ASSIGNED TASK: Exactly the lines from the opening of the data through the line containing "e27 v17 v22 LINE" should be reproduced, please, with nothing added.
### GIVEN RECORDS ###
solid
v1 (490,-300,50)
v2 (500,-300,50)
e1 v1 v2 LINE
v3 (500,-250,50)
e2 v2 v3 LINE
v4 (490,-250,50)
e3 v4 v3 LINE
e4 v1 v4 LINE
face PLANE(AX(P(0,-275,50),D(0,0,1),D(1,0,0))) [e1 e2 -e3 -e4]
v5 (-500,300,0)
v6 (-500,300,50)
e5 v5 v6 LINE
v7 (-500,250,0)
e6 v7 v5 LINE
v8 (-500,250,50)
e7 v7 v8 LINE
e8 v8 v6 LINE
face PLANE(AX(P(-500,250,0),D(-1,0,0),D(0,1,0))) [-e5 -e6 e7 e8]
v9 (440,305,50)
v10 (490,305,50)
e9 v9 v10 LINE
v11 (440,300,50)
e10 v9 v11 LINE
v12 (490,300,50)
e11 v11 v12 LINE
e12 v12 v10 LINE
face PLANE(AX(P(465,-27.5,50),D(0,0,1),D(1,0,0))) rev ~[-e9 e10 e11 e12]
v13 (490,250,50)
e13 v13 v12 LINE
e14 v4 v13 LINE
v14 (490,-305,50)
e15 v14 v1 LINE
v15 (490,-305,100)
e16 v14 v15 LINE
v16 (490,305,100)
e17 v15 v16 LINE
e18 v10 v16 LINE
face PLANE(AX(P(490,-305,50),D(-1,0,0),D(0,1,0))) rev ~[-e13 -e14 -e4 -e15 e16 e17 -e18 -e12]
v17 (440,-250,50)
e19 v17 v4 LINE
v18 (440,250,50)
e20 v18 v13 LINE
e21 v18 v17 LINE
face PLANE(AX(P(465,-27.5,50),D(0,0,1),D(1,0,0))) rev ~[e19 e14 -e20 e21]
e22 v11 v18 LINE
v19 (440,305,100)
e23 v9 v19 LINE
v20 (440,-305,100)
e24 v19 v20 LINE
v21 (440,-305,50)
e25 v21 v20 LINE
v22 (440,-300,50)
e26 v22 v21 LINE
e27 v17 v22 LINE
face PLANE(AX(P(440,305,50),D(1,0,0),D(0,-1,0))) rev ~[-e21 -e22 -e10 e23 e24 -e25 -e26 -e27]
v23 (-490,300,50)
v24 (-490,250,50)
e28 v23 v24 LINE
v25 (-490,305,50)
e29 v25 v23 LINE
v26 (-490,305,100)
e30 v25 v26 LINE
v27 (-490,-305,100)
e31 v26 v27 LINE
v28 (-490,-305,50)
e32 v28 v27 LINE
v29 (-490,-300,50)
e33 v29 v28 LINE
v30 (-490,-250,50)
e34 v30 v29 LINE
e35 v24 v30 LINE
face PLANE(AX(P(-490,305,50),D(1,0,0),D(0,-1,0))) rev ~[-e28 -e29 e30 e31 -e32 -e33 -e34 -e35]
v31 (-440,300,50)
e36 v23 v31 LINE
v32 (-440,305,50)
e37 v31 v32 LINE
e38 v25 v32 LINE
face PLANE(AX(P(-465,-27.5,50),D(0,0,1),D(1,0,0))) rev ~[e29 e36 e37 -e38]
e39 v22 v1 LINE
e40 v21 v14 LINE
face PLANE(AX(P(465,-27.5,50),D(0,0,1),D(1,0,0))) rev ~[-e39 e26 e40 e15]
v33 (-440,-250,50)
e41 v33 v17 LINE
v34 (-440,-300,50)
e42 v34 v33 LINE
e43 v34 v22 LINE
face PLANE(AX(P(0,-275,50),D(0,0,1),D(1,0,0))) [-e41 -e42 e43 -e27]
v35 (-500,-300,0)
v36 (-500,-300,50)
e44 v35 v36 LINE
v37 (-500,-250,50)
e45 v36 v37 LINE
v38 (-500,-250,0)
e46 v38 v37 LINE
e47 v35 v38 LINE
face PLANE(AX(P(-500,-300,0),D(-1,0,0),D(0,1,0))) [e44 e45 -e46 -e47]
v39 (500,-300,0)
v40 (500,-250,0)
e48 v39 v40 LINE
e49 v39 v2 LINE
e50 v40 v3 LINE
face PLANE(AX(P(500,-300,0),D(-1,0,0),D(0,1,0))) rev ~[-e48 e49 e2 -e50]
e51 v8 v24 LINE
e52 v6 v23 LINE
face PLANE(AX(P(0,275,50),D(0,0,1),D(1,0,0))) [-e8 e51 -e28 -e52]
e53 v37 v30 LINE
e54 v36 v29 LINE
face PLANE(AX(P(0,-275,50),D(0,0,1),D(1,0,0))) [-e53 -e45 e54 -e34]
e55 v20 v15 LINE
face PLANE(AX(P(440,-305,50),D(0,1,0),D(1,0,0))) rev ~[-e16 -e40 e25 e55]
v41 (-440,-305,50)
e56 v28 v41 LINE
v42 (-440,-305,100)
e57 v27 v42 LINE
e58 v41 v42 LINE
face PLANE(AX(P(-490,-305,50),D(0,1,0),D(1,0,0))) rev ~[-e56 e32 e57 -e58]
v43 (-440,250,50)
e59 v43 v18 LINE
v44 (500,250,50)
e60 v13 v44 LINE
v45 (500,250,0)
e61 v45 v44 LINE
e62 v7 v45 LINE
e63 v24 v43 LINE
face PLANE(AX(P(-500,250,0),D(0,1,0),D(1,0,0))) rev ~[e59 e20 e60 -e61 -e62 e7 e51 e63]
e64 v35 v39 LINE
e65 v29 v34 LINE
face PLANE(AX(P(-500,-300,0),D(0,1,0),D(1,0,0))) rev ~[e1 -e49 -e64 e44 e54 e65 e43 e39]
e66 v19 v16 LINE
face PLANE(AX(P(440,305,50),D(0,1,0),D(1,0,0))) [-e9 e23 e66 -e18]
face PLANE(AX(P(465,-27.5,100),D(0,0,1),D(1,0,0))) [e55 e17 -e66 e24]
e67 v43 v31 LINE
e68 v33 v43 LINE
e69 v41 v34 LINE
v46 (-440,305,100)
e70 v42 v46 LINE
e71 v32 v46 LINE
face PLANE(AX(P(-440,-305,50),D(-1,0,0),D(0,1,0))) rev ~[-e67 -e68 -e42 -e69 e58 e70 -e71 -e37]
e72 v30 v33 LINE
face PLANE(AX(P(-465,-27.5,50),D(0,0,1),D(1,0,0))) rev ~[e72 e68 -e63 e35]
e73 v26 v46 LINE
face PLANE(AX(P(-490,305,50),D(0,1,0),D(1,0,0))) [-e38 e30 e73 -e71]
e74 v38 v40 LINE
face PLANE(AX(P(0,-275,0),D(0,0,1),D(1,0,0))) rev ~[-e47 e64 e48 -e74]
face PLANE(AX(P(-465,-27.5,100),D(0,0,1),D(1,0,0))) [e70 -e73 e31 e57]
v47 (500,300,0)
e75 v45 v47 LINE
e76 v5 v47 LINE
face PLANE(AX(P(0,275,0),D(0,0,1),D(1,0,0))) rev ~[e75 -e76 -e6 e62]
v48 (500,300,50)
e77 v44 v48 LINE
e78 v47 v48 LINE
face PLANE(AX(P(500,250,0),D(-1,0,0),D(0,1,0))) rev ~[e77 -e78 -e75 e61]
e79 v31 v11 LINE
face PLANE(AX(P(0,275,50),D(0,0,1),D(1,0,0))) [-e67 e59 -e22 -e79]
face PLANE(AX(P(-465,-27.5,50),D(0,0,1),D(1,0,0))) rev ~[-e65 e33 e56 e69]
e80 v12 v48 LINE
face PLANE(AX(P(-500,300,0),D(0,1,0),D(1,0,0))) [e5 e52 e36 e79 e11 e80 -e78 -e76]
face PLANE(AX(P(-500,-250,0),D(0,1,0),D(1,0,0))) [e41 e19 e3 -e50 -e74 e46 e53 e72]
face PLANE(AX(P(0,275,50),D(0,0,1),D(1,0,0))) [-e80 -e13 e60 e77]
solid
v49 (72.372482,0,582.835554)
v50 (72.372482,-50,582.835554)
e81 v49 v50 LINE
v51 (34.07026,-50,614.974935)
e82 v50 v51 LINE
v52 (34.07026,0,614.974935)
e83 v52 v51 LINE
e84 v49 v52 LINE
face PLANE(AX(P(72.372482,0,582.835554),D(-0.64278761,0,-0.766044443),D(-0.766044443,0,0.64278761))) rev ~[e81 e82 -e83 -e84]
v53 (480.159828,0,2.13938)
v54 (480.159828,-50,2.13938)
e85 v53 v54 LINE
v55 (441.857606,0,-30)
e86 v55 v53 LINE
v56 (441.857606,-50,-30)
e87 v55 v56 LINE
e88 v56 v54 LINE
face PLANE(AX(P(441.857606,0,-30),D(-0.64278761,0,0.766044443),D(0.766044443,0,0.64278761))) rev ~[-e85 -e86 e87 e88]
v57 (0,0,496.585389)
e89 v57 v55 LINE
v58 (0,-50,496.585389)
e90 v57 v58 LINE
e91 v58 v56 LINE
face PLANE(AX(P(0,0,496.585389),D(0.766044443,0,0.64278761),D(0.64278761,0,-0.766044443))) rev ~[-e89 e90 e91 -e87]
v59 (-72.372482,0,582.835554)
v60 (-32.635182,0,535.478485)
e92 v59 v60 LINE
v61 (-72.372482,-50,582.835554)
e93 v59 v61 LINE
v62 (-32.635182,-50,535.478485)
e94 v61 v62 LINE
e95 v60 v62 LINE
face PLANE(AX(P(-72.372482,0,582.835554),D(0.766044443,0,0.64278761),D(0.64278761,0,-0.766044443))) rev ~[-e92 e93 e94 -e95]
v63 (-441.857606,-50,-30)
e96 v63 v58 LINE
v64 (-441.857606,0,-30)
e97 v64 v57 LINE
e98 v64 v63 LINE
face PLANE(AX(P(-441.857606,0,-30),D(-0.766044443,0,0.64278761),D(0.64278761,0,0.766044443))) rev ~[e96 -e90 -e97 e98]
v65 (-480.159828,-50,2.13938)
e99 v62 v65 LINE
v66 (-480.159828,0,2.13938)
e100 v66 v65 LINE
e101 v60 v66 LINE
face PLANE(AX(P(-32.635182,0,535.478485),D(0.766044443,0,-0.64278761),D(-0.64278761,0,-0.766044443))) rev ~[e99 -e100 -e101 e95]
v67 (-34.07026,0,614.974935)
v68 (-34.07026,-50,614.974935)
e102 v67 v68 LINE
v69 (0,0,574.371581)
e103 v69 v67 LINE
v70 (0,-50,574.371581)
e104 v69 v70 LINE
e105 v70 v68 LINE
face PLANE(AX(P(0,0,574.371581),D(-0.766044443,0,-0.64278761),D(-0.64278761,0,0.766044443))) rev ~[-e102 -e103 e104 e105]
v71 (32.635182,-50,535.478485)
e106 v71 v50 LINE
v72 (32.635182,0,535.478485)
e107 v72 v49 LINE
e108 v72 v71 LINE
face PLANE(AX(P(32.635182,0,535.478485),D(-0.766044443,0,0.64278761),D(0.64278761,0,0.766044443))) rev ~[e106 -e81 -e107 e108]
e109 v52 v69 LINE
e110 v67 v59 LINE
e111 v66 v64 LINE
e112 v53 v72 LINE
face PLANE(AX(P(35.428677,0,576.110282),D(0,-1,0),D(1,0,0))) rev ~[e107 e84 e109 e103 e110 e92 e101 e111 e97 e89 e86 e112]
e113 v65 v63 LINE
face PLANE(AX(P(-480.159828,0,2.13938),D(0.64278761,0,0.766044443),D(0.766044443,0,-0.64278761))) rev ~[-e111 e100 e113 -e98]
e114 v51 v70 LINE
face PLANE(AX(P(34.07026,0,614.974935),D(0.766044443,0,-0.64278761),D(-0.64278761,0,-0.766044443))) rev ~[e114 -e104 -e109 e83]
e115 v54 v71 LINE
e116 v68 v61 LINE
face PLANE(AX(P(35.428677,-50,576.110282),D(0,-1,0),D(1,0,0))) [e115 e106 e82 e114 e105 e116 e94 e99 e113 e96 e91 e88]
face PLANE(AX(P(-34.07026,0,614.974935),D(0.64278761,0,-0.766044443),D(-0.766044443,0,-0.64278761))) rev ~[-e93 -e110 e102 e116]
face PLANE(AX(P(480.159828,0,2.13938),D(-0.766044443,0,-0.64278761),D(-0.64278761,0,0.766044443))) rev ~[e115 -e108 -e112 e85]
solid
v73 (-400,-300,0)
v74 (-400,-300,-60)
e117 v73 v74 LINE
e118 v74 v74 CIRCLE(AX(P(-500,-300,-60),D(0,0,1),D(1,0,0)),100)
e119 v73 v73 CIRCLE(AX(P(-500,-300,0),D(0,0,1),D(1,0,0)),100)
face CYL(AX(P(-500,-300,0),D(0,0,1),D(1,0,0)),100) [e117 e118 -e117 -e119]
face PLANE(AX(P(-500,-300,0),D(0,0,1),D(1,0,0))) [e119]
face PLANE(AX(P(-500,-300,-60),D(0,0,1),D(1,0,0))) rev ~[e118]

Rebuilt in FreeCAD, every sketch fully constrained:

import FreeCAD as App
import Part
import Sketcher

V = App.Vector
Q = App.Units.Quantity


def add_polygon(sketch, points):
    """Adds a closed chain of lines whose ends are joined by coincident constraints."""
    first, n = sketch.GeometryCount, len(points)
    for a, b in zip(points, points[1:] + points[:1]):
        sketch.addGeometry(Part.LineSegment(App.Vector(*a, 0), App.Vector(*b, 0)), False)
    for i in range(n):
        sketch.addConstraint(Sketcher.Constraint("Coincident", first + i, 2, first + (i + 1) % n, 1))

doc = App.newDocument("Part")
body = doc.addObject("PartDesign::Body", "Body")

sketch1 = body.newObject("Sketcher::SketchObject", "Sketch")
sketch1.AttachmentSupport = (doc.getObject("XY_Plane"), [""])
sketch1.MapMode = "FlatFace"
add_polygon(sketch1, [(-500, 300), (-500, 250), (500, 250), (500, 300)])
sketch1.addConstraint([
    Sketcher.Constraint("Vertical", 0),
    Sketcher.Constraint("Horizontal", 1),
    Sketcher.Constraint("Vertical", 2),
    Sketcher.Constraint("Horizontal", 3),
    Sketcher.Constraint("DistanceX", 1, 1, 1, 2, Q("1000 mm")),
    Sketcher.Constraint("DistanceY", 0, 2, 0, 1, Q("50 mm")),
    Sketcher.Constraint("DistanceX", 0, 2, -1, 1, Q("500 mm")),
    Sketcher.Constraint("DistanceY", -1, 1, 0, 2, Q("250 mm")),
])
pad1 = body.newObject("PartDesign::Pad", "Pad")
pad1.Profile = sketch1
pad1.Length = 50
body2 = doc.addObject("PartDesign::Body", "Body001")

sketch2 = body2.newObject("Sketcher::SketchObject", "Sketch001")
sketch2.AttachmentSupport = (doc.getObject("XY_Plane001"), [""])
sketch2.MapMode = "FlatFace"
add_polygon(sketch2, [(-500, -250), (-500, -300), (500, -300), (500, -250)])
sketch2.addConstraint([
    Sketcher.Constraint("Vertical", 0),
    Sketcher.Constraint("Horizontal", 1),
    Sketcher.Constraint("Vertical", 2),
    Sketcher.Constraint("Horizontal", 3),
    Sketcher.Constraint("DistanceX", 1, 1, 1, 2, Q("1000 mm")),
    Sketcher.Constraint("DistanceY", 0, 2, 0, 1, Q("50 mm")),
    Sketcher.Constraint("DistanceX", 0, 2, -1, 1, Q("500 mm")),
    Sketcher.Constraint("DistanceY", 0, 2, -1, 1, Q("300 mm")),
])
pad2 = body2.newObject("PartDesign::Pad", "Pad001")
pad2.Profile = sketch2
pad2.Length = 50
body.AllowCompound = True
doc.recompute()

boolean = body.newObject("PartDesign::Boolean", "Boolean")
boolean.Type = "Fuse"
boolean.addObjects([body2])

sketch3 = body.newObject("Sketcher::SketchObject", "Sketch002")
sketch3.AttachmentSupport = (doc.getObject("XY_Plane"), [""])
sketch3.MapMode = "FlatFace"
sketch3.AttachmentOffset = App.Placement(V(0, 0, 50), App.Rotation())
add_polygon(sketch3, [(-490, -305), (-440, -305), (-440, 305), (-490, 305)])
add_polygon(sketch3, [(440, -305), (490, -305), (490, 305), (440, 305)])
sketch3.addConstraint([
    Sketcher.Constraint("Horizontal", 0),
    Sketcher.Constraint("Vertical", 1),
    Sketcher.Constraint("Horizontal", 2),
    Sketcher.Constraint("Vertical", 3),
    Sketcher.Constraint("Horizontal", 4),
    Sketcher.Constraint("Vertical", 5),
    Sketcher.Constraint("Horizontal", 6),
    Sketcher.Constraint("Vertical", 7),
    Sketcher.Constraint("Symmetric", 2, 2, 4, 2, -1, 1),
    Sketcher.Constraint("Symmetric", 0, 2, 6, 2, -1, 1),
    Sketcher.Constraint("Horizontal", 3, 2, 4, 2),
    Sketcher.Constraint("DistanceX", 0, 1, 0, 2, Q("50 mm")),
    Sketcher.Constraint("DistanceY", 1, 1, 1, 2, Q("610 mm")),
    Sketcher.Constraint("DistanceX", 0, 2, -1, 1, Q("440 mm")),
])
pad3 = body.newObject("PartDesign::Pad", "Pad002")
pad3.Profile = sketch3
pad3.Length = 50
body3 = doc.addObject("PartDesign::Body", "Body002")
###
EXERCISE RESPONSE:
solid
v1 (490,-300,50)
v2 (500,-300,50)
e1 v1 v2 LINE
v3 (500,-250,50)
e2 v2 v3 LINE
v4 (490,-250,50)
e3 v4 v3 LINE
e4 v1 v4 LINE
face PLANE(AX(P(0,-275,50),D(0,0,1),D(1,0,0))) [e1 e2 -e3 -e4]
v5 (-500,300,0)
v6 (-500,300,50)
e5 v5 v6 LINE
v7 (-500,250,0)
e6 v7 v5 LINE
v8 (-500,250,50)
e7 v7 v8 LINE
e8 v8 v6 LINE
face PLANE(AX(P(-500,250,0),D(-1,0,0),D(0,1,0))) [-e5 -e6 e7 e8]
v9 (440,305,50)
v10 (490,305,50)
e9 v9 v10 LINE
v11 (440,300,50)
e10 v9 v11 LINE
v12 (490,300,50)
e11 v11 v12 LINE
e12 v12 v10 LINE
face PLANE(AX(P(465,-27.5,50),D(0,0,1),D(1,0,0))) rev ~[-e9 e10 e11 e12]
v13 (490,250,50)
e13 v13 v12 LINE
e14 v4 v13 LINE
v14 (490,-305,50)
e15 v14 v1 LINE
v15 (490,-305,100)
e16 v14 v15 LINE
v16 (490,305,100)
e17 v15 v16 LINE
e18 v10 v16 LINE
face PLANE(AX(P(490,-305,50),D(-1,0,0),D(0,1,0))) rev ~[-e13 -e14 -e4 -e15 e16 e17 -e18 -e12]
v17 (440,-250,50)
e19 v17 v4 LINE
v18 (440,250,50)
e20 v18 v13 LINE
e21 v18 v17 LINE
face PLANE(AX(P(465,-27.5,50),D(0,0,1),D(1,0,0))) rev ~[e19 e14 -e20 e21]
e22 v11 v18 LINE
v19 (440,305,100)
e23 v9 v19 LINE
v20 (440,-305,100)
e24 v19 v20 LINE
v21 (440,-305,50)
e25 v21 v20 LINE
v22 (440,-300,50)
e26 v22 v21 LINE
e27 v17 v22 LINE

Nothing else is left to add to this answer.